• [THE PROBLEM]: The reply to the records below should contain exactly the lines from the line with "#137=FACE_BOUND('',#136,.T.);" through the line with "#154=ORIENTED_EDGE('',*,*,#92,.F.);", and nothing besides.

-- -- --

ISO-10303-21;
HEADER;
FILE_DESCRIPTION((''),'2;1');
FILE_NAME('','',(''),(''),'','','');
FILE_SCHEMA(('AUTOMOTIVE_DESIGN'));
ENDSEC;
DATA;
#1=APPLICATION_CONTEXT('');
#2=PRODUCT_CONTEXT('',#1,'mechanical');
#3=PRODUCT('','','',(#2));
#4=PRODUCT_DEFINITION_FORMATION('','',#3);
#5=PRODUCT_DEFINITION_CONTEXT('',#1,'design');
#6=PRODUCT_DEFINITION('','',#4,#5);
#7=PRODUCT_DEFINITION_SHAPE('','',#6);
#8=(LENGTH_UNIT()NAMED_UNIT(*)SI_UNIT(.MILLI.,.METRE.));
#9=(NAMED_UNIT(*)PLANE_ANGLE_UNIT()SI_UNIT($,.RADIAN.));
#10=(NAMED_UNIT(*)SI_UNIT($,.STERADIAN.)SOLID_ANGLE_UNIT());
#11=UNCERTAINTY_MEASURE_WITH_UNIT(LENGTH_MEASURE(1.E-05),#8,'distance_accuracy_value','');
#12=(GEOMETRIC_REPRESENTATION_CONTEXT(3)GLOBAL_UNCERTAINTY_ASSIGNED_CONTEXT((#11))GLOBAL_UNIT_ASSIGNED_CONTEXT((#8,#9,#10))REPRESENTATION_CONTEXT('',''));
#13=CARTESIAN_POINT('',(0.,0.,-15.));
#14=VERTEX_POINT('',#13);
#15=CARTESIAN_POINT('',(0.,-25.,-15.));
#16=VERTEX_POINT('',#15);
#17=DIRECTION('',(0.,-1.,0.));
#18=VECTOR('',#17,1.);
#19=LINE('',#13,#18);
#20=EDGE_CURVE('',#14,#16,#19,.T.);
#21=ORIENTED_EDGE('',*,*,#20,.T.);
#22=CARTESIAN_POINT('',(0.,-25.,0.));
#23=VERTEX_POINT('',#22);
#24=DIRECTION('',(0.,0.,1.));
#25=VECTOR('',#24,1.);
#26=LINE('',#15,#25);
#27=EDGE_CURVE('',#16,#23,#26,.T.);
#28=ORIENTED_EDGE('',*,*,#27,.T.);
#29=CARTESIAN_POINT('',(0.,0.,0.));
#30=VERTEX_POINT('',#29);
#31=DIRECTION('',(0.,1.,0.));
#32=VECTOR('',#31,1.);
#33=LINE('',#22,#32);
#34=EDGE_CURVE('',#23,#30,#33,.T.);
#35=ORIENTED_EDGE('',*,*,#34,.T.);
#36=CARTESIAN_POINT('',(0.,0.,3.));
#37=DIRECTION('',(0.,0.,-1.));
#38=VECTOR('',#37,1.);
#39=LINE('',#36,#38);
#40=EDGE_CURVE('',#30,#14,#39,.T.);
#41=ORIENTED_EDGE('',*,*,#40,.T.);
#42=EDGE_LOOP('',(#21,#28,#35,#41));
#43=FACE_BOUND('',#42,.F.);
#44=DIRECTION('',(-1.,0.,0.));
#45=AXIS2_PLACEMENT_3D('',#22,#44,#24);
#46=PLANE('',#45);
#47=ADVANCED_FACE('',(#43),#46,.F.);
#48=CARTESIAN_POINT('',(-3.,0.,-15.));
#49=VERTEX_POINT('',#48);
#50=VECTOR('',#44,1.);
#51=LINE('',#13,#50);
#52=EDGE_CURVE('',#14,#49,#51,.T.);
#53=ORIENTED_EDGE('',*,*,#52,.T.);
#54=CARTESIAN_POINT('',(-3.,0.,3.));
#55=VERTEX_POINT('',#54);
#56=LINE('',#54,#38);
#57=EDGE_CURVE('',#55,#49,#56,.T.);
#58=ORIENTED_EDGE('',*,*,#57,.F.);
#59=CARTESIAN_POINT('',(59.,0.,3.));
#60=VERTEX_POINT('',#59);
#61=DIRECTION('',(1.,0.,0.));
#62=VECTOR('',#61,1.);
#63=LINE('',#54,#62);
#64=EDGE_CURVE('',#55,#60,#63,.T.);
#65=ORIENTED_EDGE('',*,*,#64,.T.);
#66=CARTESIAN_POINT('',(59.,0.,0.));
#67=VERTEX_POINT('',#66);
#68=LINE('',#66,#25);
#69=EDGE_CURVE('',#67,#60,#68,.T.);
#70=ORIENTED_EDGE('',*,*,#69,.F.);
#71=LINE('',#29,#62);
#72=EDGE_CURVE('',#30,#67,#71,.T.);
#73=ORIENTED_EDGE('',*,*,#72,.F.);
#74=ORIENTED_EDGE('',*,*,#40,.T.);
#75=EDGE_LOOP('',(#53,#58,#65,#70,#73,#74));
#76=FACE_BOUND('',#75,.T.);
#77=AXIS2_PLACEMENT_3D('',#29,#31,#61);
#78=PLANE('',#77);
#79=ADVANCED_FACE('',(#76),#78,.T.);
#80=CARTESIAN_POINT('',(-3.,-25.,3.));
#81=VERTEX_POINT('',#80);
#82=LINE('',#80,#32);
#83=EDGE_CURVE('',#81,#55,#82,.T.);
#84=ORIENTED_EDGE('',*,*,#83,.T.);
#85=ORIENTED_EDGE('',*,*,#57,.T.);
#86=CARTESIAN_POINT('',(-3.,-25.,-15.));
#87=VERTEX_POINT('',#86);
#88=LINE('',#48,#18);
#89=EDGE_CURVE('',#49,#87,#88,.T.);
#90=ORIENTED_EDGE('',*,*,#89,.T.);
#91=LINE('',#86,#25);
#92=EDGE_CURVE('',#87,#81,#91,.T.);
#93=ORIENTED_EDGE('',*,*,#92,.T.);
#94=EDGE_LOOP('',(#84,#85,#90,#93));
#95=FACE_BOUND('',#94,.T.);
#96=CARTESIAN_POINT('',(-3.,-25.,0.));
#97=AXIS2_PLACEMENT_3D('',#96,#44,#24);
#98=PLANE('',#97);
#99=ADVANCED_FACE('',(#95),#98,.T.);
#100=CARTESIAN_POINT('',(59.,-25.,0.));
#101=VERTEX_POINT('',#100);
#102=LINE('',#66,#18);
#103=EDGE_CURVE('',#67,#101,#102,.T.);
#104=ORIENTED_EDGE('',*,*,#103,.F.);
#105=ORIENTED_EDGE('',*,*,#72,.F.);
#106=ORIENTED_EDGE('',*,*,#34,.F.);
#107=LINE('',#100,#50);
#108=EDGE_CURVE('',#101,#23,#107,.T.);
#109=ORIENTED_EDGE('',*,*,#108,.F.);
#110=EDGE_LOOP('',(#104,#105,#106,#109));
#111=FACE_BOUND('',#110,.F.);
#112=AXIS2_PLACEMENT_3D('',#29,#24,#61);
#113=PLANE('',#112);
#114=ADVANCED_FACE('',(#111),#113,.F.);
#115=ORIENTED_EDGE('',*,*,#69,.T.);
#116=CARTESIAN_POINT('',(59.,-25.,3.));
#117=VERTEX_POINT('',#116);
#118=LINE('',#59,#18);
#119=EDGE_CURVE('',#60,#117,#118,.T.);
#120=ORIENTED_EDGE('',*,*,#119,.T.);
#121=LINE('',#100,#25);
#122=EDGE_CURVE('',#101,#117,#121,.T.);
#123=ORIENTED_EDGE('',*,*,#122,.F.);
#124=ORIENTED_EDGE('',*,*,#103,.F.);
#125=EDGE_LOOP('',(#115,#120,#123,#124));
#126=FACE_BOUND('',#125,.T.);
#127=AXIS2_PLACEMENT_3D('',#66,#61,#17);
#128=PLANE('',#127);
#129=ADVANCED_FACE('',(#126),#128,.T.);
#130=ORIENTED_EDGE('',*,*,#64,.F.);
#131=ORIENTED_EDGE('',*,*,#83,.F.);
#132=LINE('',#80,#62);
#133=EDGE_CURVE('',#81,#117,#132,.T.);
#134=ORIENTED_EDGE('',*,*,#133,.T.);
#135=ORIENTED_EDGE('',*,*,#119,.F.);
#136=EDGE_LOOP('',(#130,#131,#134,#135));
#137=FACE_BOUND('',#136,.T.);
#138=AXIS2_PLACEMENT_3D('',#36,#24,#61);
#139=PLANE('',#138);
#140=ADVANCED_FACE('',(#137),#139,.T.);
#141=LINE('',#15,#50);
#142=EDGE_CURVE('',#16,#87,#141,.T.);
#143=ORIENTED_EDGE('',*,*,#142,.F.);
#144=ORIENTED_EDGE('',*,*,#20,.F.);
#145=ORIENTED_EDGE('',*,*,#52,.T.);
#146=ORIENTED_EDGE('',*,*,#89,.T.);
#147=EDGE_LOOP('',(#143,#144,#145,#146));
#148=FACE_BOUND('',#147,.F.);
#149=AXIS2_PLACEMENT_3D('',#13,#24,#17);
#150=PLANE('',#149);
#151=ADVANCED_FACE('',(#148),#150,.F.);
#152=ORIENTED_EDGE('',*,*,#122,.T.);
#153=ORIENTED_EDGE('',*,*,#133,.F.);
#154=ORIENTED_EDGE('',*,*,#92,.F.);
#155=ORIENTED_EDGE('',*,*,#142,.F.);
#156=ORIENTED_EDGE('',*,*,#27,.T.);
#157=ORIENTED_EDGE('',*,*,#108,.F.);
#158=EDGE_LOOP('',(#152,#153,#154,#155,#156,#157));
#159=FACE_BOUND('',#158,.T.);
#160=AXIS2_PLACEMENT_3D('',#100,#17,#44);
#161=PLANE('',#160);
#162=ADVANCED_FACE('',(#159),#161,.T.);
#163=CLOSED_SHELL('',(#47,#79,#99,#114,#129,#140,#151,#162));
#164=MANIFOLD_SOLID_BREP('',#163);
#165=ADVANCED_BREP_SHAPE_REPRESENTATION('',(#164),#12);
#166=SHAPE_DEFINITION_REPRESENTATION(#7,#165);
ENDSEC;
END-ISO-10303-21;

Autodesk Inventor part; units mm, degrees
ref_plane "YZ Plane" through (0, 0, 0) normal (1, 0, 0) x (0, 1, 0)
ref_plane "XZ Plane" through (0, 0, 0) normal (0, 1, 0) x (-1, 0, 0)
ref_plane "XY Plane" through (0, 0, 0) normal (0, 0, 1) x (1, 0, 0)
sketch "Sketch1" plane through (0, 0, 0) normal (0, 0, 1) x (1, 0, 0)
  line L0 (0, 0) -> (59, 0)
  line L1 (59, 0) -> (59, -25)
  line L2 (59, -25) -> (0, -25)
  line L3 (0, -25) -> (0, 0)
  dimension "d0" = 59
  dimension "d1" = 25
extrude "Extrusion1" add sketch "Sketch1" along normal blind 3
sketch "Sketch2" plane through (0, -25, 0) normal (-1, 0, 0) x (0, 0, 1)
  line L0 (3, 0) -> (3, 25) projected
  line L1 (3, 25) -> (-15, 25)
  line L2 (-15, 25) -> (-15, 0)
  line L3 (-15, 0) -> (3, 0)
  line L4 (3, 0) -> (3, 25)
  point P0 (0, 25)
  dimension "d4" = 18
extrude "Extrusion2" add sketch "Sketch2" along normal blind 3
properties part number "arduino array box v03 slot"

-- -- --

• [SOLVED EXERCISE]:
#137=FACE_BOUND('',#136,.T.);
#138=AXIS2_PLACEMENT_3D('',#36,#24,#61);
#139=PLANE('',#138);
#140=ADVANCED_FACE('',(#137),#139,.T.);
#141=LINE('',#15,#50);
#142=EDGE_CURVE('',#16,#87,#141,.T.);
#143=ORIENTED_EDGE('',*,*,#142,.F.);
#144=ORIENTED_EDGE('',*,*,#20,.F.);
#145=ORIENTED_EDGE('',*,*,#52,.T.);
#146=ORIENTED_EDGE('',*,*,#89,.T.);
#147=EDGE_LOOP('',(#143,#144,#145,#146));
#148=FACE_BOUND('',#147,.F.);
#149=AXIS2_PLACEMENT_3D('',#13,#24,#17);
#150=PLANE('',#149);
#151=ADVANCED_FACE('',(#148),#150,.F.);
#152=ORIENTED_EDGE('',*,*,#122,.T.);
#153=ORIENTED_EDGE('',*,*,#133,.F.);
#154=ORIENTED_EDGE('',*,*,#92,.F.);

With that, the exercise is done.